Now to the good part. 

Parked the husband down in front of the 24,000G tank and somehow I think he mentally put himself back in the 60's if you know what I mean. A whole new appreciation for aquariums. That said I seized the moment. We bought the tank from her and it will be a blue tiger shrimp tank. I'm working with the breeder to replicate her exact conditions. 

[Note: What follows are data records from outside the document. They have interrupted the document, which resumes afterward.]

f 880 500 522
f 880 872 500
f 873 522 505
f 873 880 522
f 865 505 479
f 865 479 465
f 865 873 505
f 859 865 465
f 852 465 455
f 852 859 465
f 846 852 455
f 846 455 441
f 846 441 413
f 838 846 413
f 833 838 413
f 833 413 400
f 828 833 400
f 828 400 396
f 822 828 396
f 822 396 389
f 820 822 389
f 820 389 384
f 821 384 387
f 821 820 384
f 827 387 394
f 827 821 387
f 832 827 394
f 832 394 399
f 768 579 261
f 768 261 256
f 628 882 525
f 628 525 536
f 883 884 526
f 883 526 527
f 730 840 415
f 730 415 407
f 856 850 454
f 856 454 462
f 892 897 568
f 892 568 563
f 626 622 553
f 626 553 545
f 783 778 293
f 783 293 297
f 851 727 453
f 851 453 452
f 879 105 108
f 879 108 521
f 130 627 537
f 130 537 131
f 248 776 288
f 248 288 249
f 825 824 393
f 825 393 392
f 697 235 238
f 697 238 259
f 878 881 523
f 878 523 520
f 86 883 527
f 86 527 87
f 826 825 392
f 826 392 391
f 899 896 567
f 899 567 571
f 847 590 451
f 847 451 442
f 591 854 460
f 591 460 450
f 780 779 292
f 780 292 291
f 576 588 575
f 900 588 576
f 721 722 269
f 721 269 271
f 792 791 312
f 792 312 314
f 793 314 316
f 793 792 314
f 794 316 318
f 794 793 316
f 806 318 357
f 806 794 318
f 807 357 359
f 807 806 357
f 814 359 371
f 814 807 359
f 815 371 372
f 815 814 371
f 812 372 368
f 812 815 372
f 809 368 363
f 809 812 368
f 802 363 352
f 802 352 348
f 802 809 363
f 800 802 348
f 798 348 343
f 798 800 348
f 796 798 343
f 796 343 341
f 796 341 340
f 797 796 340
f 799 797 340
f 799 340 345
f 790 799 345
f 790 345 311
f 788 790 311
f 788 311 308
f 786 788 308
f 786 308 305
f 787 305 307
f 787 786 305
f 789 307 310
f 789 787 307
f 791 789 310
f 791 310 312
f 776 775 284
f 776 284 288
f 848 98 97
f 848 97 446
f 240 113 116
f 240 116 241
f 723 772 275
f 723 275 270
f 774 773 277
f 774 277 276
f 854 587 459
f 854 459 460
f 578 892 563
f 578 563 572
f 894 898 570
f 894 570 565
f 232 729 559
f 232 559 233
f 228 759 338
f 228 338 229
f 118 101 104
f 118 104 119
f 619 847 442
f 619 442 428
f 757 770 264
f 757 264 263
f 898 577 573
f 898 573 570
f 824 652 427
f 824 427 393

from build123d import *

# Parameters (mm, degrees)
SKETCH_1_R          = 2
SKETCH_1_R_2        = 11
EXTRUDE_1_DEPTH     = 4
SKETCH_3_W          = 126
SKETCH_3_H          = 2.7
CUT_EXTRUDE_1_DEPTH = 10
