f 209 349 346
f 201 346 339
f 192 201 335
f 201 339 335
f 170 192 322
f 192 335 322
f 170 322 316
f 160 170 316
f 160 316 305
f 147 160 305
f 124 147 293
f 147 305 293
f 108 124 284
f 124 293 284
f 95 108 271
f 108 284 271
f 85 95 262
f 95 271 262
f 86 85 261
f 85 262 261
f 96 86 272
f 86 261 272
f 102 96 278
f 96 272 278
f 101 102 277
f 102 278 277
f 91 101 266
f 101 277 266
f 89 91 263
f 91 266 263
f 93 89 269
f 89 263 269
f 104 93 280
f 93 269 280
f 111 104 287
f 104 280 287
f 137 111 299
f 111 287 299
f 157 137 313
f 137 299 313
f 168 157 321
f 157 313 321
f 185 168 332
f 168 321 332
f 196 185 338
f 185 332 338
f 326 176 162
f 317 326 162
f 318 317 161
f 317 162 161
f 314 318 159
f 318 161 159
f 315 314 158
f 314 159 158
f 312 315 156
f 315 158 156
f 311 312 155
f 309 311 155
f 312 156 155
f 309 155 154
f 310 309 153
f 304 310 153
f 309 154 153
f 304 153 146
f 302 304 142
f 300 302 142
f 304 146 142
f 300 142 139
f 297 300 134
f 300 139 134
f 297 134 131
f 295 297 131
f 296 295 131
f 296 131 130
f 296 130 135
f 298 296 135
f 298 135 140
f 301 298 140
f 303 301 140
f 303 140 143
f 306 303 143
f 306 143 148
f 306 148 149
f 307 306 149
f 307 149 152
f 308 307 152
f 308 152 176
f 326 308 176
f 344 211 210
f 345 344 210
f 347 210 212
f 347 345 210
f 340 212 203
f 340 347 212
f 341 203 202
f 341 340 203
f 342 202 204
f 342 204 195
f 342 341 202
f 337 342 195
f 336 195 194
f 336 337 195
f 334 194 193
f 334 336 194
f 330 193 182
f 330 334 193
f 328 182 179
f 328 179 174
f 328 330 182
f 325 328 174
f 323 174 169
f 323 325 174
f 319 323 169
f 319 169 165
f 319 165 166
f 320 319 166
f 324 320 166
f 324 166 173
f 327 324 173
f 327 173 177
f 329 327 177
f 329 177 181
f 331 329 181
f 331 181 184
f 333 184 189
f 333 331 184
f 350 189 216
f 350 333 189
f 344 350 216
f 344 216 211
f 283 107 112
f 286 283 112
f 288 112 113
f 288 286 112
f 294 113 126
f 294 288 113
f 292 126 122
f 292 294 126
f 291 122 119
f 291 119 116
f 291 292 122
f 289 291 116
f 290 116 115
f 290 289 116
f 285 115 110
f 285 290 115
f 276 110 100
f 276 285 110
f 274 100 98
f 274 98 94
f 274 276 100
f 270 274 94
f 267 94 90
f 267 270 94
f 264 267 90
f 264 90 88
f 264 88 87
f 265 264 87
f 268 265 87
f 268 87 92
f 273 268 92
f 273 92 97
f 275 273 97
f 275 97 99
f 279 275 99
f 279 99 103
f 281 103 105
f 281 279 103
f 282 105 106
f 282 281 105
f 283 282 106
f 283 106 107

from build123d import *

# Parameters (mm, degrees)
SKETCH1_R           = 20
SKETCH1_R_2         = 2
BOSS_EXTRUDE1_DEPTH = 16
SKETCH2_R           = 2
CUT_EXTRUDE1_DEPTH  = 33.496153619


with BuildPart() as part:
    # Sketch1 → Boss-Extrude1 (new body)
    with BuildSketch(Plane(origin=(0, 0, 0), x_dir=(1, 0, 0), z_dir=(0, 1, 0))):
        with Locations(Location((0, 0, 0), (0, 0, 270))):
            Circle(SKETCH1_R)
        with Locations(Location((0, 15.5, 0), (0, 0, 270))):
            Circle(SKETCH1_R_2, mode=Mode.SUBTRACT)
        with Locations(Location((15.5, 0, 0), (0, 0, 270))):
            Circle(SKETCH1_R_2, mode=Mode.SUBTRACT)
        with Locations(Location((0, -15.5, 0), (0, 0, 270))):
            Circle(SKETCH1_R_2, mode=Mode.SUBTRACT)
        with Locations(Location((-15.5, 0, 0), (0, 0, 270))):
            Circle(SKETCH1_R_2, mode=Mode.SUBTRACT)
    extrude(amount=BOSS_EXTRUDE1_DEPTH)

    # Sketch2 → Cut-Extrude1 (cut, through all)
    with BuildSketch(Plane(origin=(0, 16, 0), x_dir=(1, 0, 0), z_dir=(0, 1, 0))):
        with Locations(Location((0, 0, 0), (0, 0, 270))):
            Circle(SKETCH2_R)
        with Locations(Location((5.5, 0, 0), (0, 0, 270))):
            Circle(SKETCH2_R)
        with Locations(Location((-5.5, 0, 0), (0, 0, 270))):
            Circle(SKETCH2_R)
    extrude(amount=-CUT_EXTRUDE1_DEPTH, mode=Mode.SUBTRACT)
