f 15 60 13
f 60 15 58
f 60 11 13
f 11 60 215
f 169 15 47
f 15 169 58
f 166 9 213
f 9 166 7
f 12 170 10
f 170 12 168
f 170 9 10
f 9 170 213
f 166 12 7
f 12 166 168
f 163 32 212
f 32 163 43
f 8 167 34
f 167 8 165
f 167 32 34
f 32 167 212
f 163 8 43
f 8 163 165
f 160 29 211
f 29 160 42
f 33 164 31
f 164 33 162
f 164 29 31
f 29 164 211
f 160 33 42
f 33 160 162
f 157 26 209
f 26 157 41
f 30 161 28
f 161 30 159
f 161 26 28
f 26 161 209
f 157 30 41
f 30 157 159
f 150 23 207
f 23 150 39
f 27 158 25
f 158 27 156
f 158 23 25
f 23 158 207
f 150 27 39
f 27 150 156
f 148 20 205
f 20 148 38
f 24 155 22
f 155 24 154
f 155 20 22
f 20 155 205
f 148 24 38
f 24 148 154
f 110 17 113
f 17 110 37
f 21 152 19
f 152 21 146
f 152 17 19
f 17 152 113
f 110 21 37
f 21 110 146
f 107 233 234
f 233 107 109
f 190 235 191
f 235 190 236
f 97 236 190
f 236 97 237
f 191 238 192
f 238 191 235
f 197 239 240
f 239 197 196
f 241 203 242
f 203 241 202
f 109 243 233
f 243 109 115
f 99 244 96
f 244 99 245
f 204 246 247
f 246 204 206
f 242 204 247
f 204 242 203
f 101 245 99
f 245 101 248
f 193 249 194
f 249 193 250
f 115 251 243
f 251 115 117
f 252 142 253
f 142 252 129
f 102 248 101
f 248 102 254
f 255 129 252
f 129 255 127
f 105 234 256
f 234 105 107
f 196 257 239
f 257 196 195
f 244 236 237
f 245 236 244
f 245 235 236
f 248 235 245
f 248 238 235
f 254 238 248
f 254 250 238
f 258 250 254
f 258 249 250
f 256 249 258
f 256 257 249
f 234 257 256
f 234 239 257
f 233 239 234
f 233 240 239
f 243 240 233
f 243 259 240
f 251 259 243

But the really good news of the day is the transformation of the den and tanks. This will be the last one I'm able to add to the inside. It's a 38T and a platform & canopy are being built to house this, will sit about 10" off the floor in front of the elevated 55g. This is going to be so beautiful to enjoy. Both canopy's will match & be a really clean setup. This tank was going down in the greenhouse, but this really is best. A major statement of aquatic life and the good part is all I had to spend for the tanks was 20$, everything else we have to complete the tank...plants excluded. This will be a lush tank. 

I am soooooo happy.

PS Thank Kim!!!!!!!


----------



## Tex Gal (Nov 1, 2007)

Wonderful news! I'd love to see it all set up! Good idea parking the hubby in front of the tanks!


----------



## Cocobid (Jan 26, 2007)

My best friend and aquarium buddy & I spent the balance of the day building this enclosure and platform. We think this will be really nice. Ohhhh Nico thank you for the aqua soil. You mentioned just placing this in the planted area got me to thinking about terracing the soil levels. I did this in Ann's RAOK tank that set up for her shes 90. Great tank. This tank is 12W X 30L X 22T?? Any planting thoughts. This will house angels. I will throw some driftwood in some other tanks to soak tomorrow it sinks really quick. So many questions to ask just really tired.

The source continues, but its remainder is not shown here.